Syratan, que também é presidente do conselho de caciques Pataxó, explicou que os principais problemas da falta de demarcação para os três mil indígenas do seu povo é a impossibilidade da chegada de projetos de melhoria para o dia a dia.

“Tem aldeias com três mil indígenas que não têm nem o mínimo. Os projetos de desenvolvimento para a área são embargados justo pela falta de demarcação, não deixam chegar água e saúde, por exemplo. É nosso maior desafio e nosso maior trabalho”.

Garimpo sem freio

Em uma denúncia que correu o mundo há duas semanas, os 615 indígenas da comunidade Homoxi, do povo Yanomami, tiveram impedido o acesso à unidade de saúde pela invasão de garimpeiros, que construíram uma pista de pouso com uma base para operações.

“Já denunciamos, em nível nacional e internacional, o STF já deu prazo para a Sesai (Secretaria da Saúde Indígena) se planejar, mas até agora nada. Somos 29,6 mil Yanomami, temos um número grande de casos de malária, enquanto nossa Terra Indígena está sendo invadida pelos garimpeiros. Nossos parentes estão com pneumonia, todo dia uma criança Yanomami morre. As mães, junto com a floresta, chora por falta de atendimento e socorro, protestou o líder Yanomami e presidente do Conselho de Saúde Indígena Yanomami e Ye’kwana (Condisi-YY), Júnio Hekukari.

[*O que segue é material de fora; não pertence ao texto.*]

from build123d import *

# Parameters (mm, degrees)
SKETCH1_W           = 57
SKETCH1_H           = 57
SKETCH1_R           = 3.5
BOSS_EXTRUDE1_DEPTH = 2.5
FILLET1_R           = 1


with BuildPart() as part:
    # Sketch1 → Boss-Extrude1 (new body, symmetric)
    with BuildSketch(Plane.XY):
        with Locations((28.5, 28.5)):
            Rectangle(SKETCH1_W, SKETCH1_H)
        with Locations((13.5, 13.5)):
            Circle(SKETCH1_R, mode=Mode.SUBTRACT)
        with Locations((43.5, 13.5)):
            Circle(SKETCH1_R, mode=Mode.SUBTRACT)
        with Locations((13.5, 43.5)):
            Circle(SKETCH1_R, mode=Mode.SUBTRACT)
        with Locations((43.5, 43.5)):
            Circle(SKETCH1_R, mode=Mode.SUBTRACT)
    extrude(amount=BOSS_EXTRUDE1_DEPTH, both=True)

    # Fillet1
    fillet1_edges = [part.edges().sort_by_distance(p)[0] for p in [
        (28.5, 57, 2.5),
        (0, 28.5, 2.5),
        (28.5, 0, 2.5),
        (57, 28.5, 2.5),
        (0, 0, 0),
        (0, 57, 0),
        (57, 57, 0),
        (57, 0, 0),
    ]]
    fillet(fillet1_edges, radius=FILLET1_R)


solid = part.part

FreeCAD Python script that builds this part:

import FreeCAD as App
import Part
import Sketcher

V = App.Vector
Q = App.Units.Quantity


def edges_at(feature, points):
    """Names of the edges that pass closest to the given points."""
    edges = feature.Shape.Edges
    near = lambda p: min(range(len(edges)), key=lambda i: edges[i].distToShape(Part.Vertex(*p))[0])
    return sorted({f"Edge{near(p) + 1}" for p in points})

doc = App.newDocument("Part")
body = doc.addObject("PartDesign::Body", "Body")

# Sketch on XY plane
sketch1 = body.newObject("Sketcher::SketchObject", "Sketch")
sketch1.AttachmentSupport = (doc.getObject("XY_Plane"), [""])
sketch1.MapMode = "FlatFace"
sketch1.addGeometry([
    Part.LineSegment(V(0, 57, 0), V(0, 0, 0)),  # 0
    Part.LineSegment(V(0, 0, 0), V(57, 0, 0)),  # 1
    Part.LineSegment(V(57, 0, 0), V(57, 57, 0)),  # 2
    Part.LineSegment(V(57, 57, 0), V(0, 57, 0)),  # 3
    Part.Circle(V(13.5, 13.5, 0), V(0, 0, 1), 3.5),  # 4
    Part.Circle(V(43.5, 13.5, 0), V(0, 0, 1), 3.5),  # 5
    Part.Circle(V(13.5, 43.5, 0), V(0, 0, 1), 3.5),  # 6
    Part.Circle(V(43.5, 43.5, 0), V(0, 0, 1), 3.5),  # 7
], False)
sketch1.addConstraint([
    Sketcher.Constraint("Coincident", 0, 2, 1, 1),
    Sketcher.Constraint("Coincident", 1, 2, 2, 1),
    Sketcher.Constraint("Coincident", 2, 2, 3, 1),
    Sketcher.Constraint("Coincident", 3, 2, 0, 1),
    Sketcher.Constraint("Vertical", 0),
    Sketcher.Constraint("Horizontal", 1),
    Sketcher.Constraint("Vertical", 2),
    Sketcher.Constraint("Horizontal", 3),
    Sketcher.Constraint("Coincident", 0, 2, -1, 1),
    Sketcher.Constraint("Equal", 4, 5),
    Sketcher.Constraint("Equal", 5, 6),
    Sketcher.Constraint("Equal", 6, 7),
    Sketcher.Constraint("Horizontal", 4, 3, 5, 3),
    Sketcher.Constraint("Horizontal", 6, 3, 7, 3),
    Sketcher.Constraint("Vertical", 4, 3, 6, 3),
    Sketcher.Constraint("Vertical", 5, 3, 7, 3),
    Sketcher.Constraint("Equal", 3, 0),
    Sketcher.Constraint("Diameter", 4, Q("7 mm")),
    Sketcher.Constraint("DistanceX", 1, 1, 1, 2, Q("57 mm")),
    Sketcher.Constraint("DistanceX", 4, 3, 5, 3, Q("30 mm")),
    Sketcher.Constraint("DistanceY", 4, 3, 6, 3, Q("30 mm")),
    Sketcher.Constraint("DistanceX", -1, 1, 4, 3, Q("13.5 mm")),
    Sketcher.Constraint("DistanceY", -1, 1, 4, 3, Q("13.5 mm")),
])
pad1 = body.newObject("PartDesign::Pad", "Pad")
pad1.Profile = sketch1
pad1.Length = 5
pad1.Midplane = True
doc.recompute()

fillet = body.newObject("PartDesign::Fillet", "Fillet")
fillet.Base = (pad1, edges_at(pad1, [
    (28.5, 57, 2.5),
    (0, 28.5, 2.5),
    (28.5, 0, 2.5),
    (57, 28.5, 2.5),
    (0, 0, 0),
    (0, 57, 0),
    (57, 57, 0),
    (57, 0, 0),
]))
fillet.Radius = 1

doc.recompute()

Ele informou que, atualmente, cerca de 25 mil garimpeiros estão nas terras Yanomami. Eles ainda aguardam providências da Polícia Federal. “O povo indígena está pedindo socorro”, disse.

Atenção constante

Quatro Terras Indígenas vivem em suspense constante pela renovação, sendo a mais recente a Piripipi, que a Funai tem conhecimento da existência, há mais de 10 anos, e ainda assim continua com portaria de restrição de uso de apenas seis meses, onde o desmatamento segue avançando”.

Dos outros três povos isolados que vivem sob o suspense da renovação das portarias de restrição, os Piripicura, do Mato Grosso, e os Ituna-Itatá, no Pará, foram renovadas. Não houve, ainda, renovação para Jacareúba, no Amazonas.